I had my diep flap surgery following previous double mastectomy in a very prominent hospital with an amazing surgeon well researched. I came out following a 15 1/2 hour surgery and with in two days went back in for a failed flap on my right breast. They were able to save it they thought installing a Doppler to hear the vain. 7 days in the hospital and I was released with one breast black and blue and the other pale white. Considerably oversized than what was discussed. I was informed they will reduce following swelling in a few months. Less than one week after release I returned to hospital in complete Failure. 103 temp decayed belly button and incision in stomach and right breast. Another surgery. Installed a stomach vac and removed my belly button, 1/2 of right breast and more skin and fat from stomach incision. Tightened stomach to extremes and a hole the size of a hockey puck. Again another surgery to confirm all dead material was removed, an extraordinary amount of iv antibiotics, shots, meds, blood draws, testing and a week later home again now with the wound vac-looking like an umpa loopa breast one oversized the other lopsided, enormous scar hip to hip-pinched on each side, a wound vac 2-3 month recovery. I will never be the same I could have more corrective surgeries but I have been though enough.

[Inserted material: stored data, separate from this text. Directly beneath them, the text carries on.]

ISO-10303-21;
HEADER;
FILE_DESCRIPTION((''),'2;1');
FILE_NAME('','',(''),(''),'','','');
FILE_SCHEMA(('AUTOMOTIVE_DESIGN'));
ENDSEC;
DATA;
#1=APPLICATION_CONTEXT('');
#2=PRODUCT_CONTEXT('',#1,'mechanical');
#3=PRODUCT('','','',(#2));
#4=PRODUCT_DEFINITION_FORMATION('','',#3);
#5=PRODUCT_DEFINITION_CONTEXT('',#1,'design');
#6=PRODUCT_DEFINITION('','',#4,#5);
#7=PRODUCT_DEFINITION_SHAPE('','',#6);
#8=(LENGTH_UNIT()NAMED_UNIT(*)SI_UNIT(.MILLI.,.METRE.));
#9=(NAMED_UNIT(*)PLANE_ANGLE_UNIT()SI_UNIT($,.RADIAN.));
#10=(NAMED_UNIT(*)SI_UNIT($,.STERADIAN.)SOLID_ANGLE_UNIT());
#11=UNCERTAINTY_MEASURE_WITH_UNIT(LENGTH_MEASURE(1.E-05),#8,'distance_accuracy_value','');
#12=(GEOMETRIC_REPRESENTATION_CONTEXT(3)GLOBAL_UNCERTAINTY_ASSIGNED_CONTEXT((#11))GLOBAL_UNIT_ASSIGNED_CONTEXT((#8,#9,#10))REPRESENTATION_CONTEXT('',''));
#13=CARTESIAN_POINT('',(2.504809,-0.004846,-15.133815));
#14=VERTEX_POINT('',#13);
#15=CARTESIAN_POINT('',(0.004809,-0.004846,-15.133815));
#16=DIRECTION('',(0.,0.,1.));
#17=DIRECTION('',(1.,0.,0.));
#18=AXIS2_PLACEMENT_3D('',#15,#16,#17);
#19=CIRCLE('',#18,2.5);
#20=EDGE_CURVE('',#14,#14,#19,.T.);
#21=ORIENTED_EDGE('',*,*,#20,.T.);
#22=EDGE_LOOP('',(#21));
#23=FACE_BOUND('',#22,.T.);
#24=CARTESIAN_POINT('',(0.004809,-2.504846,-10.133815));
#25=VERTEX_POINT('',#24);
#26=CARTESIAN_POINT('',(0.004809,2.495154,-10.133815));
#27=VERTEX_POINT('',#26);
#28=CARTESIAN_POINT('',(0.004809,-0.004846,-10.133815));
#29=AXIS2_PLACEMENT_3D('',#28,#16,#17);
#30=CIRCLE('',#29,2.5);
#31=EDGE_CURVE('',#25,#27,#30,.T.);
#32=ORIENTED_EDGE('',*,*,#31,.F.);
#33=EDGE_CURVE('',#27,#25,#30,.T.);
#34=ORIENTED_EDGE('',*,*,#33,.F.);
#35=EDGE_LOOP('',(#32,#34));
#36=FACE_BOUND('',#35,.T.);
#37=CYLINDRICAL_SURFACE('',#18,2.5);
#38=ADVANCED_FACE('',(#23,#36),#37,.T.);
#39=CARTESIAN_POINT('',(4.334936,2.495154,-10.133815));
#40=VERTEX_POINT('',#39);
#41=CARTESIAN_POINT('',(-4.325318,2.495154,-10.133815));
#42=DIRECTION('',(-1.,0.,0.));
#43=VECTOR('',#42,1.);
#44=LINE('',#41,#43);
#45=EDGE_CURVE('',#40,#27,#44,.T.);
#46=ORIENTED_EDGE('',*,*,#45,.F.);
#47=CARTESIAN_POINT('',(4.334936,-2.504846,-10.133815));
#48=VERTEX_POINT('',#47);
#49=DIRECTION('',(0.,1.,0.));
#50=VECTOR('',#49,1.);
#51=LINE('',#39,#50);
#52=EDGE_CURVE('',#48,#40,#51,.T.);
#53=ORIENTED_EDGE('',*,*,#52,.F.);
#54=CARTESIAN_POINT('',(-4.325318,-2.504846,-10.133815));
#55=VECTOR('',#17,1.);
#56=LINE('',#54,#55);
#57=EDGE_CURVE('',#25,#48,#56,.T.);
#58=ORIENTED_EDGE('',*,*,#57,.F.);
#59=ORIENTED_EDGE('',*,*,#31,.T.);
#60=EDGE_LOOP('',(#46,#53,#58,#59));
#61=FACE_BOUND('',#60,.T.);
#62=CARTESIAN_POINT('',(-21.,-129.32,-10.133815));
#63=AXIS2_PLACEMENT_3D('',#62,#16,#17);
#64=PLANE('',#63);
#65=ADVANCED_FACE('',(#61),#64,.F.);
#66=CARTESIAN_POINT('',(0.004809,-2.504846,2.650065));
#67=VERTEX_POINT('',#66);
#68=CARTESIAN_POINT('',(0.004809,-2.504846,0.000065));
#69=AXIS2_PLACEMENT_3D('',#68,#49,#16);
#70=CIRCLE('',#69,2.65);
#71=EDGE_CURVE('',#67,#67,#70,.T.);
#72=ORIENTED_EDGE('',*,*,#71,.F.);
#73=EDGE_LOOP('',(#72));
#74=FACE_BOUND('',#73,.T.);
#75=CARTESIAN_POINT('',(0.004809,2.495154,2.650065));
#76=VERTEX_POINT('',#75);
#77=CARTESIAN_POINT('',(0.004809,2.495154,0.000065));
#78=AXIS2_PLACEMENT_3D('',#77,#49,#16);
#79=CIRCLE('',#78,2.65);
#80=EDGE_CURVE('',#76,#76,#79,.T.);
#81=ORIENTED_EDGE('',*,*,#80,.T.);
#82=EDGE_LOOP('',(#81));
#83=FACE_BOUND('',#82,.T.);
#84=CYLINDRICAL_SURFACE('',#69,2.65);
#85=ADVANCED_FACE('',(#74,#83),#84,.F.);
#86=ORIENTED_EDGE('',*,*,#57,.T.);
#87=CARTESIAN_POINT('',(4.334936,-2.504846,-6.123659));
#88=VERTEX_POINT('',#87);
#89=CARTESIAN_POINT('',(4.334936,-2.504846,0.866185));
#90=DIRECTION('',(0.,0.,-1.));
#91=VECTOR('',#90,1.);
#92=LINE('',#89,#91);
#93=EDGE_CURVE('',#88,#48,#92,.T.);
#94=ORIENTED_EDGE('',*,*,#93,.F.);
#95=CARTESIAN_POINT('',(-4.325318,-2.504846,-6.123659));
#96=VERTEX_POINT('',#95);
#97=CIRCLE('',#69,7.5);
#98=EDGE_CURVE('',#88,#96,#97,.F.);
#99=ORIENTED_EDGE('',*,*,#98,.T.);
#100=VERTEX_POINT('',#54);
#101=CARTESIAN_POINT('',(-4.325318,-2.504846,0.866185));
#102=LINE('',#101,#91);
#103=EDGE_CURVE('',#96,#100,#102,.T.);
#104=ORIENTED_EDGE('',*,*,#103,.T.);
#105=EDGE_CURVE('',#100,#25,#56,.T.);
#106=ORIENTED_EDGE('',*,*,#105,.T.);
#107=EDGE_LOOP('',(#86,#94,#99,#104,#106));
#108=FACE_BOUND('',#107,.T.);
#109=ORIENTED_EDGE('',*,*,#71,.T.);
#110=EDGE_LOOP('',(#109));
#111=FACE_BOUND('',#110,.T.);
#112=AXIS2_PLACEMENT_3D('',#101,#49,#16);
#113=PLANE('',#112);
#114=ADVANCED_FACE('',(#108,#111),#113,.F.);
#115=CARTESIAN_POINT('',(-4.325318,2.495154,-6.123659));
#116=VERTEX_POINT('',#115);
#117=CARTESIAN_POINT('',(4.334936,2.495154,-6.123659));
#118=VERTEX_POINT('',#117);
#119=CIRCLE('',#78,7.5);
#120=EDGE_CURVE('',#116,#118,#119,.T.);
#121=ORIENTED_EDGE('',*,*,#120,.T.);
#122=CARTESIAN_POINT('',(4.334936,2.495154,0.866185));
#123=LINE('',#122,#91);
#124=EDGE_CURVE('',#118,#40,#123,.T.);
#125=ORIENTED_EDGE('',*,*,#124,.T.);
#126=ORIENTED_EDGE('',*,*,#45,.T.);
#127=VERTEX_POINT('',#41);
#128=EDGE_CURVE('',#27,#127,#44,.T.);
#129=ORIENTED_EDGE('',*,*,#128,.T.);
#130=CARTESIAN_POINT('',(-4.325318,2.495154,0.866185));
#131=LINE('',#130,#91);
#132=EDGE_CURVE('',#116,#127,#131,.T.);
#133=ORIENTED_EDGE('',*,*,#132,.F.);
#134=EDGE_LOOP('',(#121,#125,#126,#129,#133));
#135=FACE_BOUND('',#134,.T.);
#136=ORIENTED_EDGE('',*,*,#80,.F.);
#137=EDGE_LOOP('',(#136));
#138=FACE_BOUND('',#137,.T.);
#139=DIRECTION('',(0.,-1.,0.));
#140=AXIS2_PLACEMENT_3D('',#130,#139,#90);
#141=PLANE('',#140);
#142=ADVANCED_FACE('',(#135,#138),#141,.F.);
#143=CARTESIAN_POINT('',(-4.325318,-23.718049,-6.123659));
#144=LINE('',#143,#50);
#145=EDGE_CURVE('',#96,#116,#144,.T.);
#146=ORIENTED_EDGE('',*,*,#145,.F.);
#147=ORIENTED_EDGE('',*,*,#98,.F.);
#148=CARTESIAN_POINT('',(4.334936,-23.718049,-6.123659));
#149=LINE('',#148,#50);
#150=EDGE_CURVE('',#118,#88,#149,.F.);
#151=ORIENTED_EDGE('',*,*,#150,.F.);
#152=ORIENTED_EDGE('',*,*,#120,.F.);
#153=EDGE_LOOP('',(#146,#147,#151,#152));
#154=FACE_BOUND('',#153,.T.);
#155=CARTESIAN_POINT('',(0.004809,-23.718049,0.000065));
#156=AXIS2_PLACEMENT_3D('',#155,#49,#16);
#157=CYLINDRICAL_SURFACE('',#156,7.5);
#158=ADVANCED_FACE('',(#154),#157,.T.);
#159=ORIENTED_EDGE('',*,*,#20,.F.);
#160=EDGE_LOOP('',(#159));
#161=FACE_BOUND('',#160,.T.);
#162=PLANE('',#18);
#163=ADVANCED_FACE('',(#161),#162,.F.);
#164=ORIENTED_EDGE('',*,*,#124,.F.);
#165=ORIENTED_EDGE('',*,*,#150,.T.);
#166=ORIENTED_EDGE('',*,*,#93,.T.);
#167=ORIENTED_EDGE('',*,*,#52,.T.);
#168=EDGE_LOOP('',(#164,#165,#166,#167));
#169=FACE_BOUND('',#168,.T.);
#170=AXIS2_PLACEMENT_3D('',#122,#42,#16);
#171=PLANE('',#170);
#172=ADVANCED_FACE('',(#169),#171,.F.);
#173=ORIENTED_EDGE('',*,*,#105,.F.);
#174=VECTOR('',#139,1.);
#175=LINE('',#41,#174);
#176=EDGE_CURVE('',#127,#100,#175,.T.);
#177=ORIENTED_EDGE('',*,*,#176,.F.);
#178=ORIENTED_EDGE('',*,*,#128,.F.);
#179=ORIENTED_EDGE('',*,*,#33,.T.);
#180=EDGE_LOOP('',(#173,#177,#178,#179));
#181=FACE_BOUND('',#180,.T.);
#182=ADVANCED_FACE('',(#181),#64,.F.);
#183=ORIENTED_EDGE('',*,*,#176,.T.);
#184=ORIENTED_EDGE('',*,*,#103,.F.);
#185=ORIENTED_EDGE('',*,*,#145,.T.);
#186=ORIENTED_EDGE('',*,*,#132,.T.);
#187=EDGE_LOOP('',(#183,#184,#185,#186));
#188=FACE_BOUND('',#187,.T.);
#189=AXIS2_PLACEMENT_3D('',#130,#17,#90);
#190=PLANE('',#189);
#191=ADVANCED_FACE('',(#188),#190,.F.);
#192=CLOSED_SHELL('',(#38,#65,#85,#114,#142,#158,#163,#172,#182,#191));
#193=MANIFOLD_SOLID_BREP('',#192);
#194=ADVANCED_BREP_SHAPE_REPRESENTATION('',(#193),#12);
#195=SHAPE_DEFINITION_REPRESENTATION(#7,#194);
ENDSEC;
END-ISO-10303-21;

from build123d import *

# Parameters (mm, degrees)
SKETCH1_R           = 2.5
BOSS_EXTRUDE1_DEPTH = 5
SKETCH2_W           = 8.660254038
SKETCH2_H           = 5
BOSS_EXTRUDE2_DEPTH = 11
SKETCH3_R           = 7.5
BOSS_EXTRUDE3_DEPTH = 5
SKETCH4_R           = 2.65
CUT_EXTRUDE1_DEPTH  = 36.309767636


with BuildPart() as part:
    # Sketch1 → Boss-Extrude1 (new body)
    with BuildSketch(Plane.XY.offset(2.596184677)):
        with Locations((21.004809472, 129.315154096)):
            Circle(SKETCH1_R)
    extrude(amount=-BOSS_EXTRUDE1_DEPTH)

    # Sketch2 → Boss-Extrude2 (add)
    with BuildSketch(Plane.XY.offset(2.596184677)):
        with Locations((21.004809472, 129.315154096)):
            Rectangle(SKETCH2_W, SKETCH2_H)
    extrude(amount=BOSS_EXTRUDE2_DEPTH)

    # Sketch3 → Boss-Extrude3 (add)
    with BuildSketch(Plane(origin=(0, 131.815154096, 0), x_dir=(1, 0, 0), z_dir=(0, 1, 0))):
        with Locations((21.004809472, -12.730064941)):
            Circle(SKETCH3_R)
    extrude(amount=-BOSS_EXTRUDE3_DEPTH)

    # Sketch4 → Cut-Extrude1 (cut, through all)
    with BuildSketch(Plane(origin=(0, 131.815154096, 0), x_dir=(1, 0, 0), z_dir=(0, 1, 0))):
        with Locations(Location((21.004809472, -12.730064941, 0), (0, 0, 270))):
            Circle(SKETCH4_R)
    extrude(amount=-CUT_EXTRUDE1_DEPTH, mode=Mode.SUBTRACT)


with BuildPart() as part_1:
    # Body-Move/Copy1: moved
    add(part.part.moved(Location((-21, -129.32, -12.73))))


solid = part_1.part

Just know infection and complications with this surgery is common! Nancy God bless her was very lucky . Are u prepared for all that it entails? Can you handle the extra time that may been required due to complications? And the body changes that may never be recoverable? For me this was an experience I completely regret.

Nancy

Wednesday 14th of April 2021

Toresa, I'm sorry your experience was so awful and that you regret your decision. Based on what you've shared, I don't blame you one bit. Complications happen, but they aren't common from what I've learned anyway. That doesn't matter though if you're the one with complications. It's really important to have a frank discussion with your doctor about things that can go wrong. Then a person has to weigh the benefit vs risk and make decisions that feel right for her. Thank you for sharing your experience. It's important to hear about when things go wrong too.

Toresa riggs

Saturday 10th of April 2021

My diep surgery was March 16, 2021. Diagnosis sept 16, 2020 double mastectomy October 16, 2020

Deb Maes

Wednesday 16th of September 2020

Thanks I d like to never entered in both contests . I m glad you are feeling better and 10 years is great . I have been 10 years with early stage before going on to now almost 3 years stage 4 and still going on

Chava

Sunday 13th of September 2020

New to your site, anything to take to mitigate side effects of letrozole, can't even make a fist in the morning Tumeric,? Collogen Peptides? etc.. Does the band of pain, pulling around the chest to the implant ever get better? Dr. didn't want to do flap during Covid. You look Great!

Nancy

Monday 14th of September 2020

Chava, Here's a post about managing side effects that may or may not be helpful. https://nancyspoint.com/13-tips-help-manage-side-effects-aromatase-inhibitors/ As for that tight feeling around the chest getting better - we are all different, of course. I found it got somewhat better, but it never went away. That was my experience. Mostly, I think you get somewhat used to it. Thank you for reading and sharing and for the kind words too.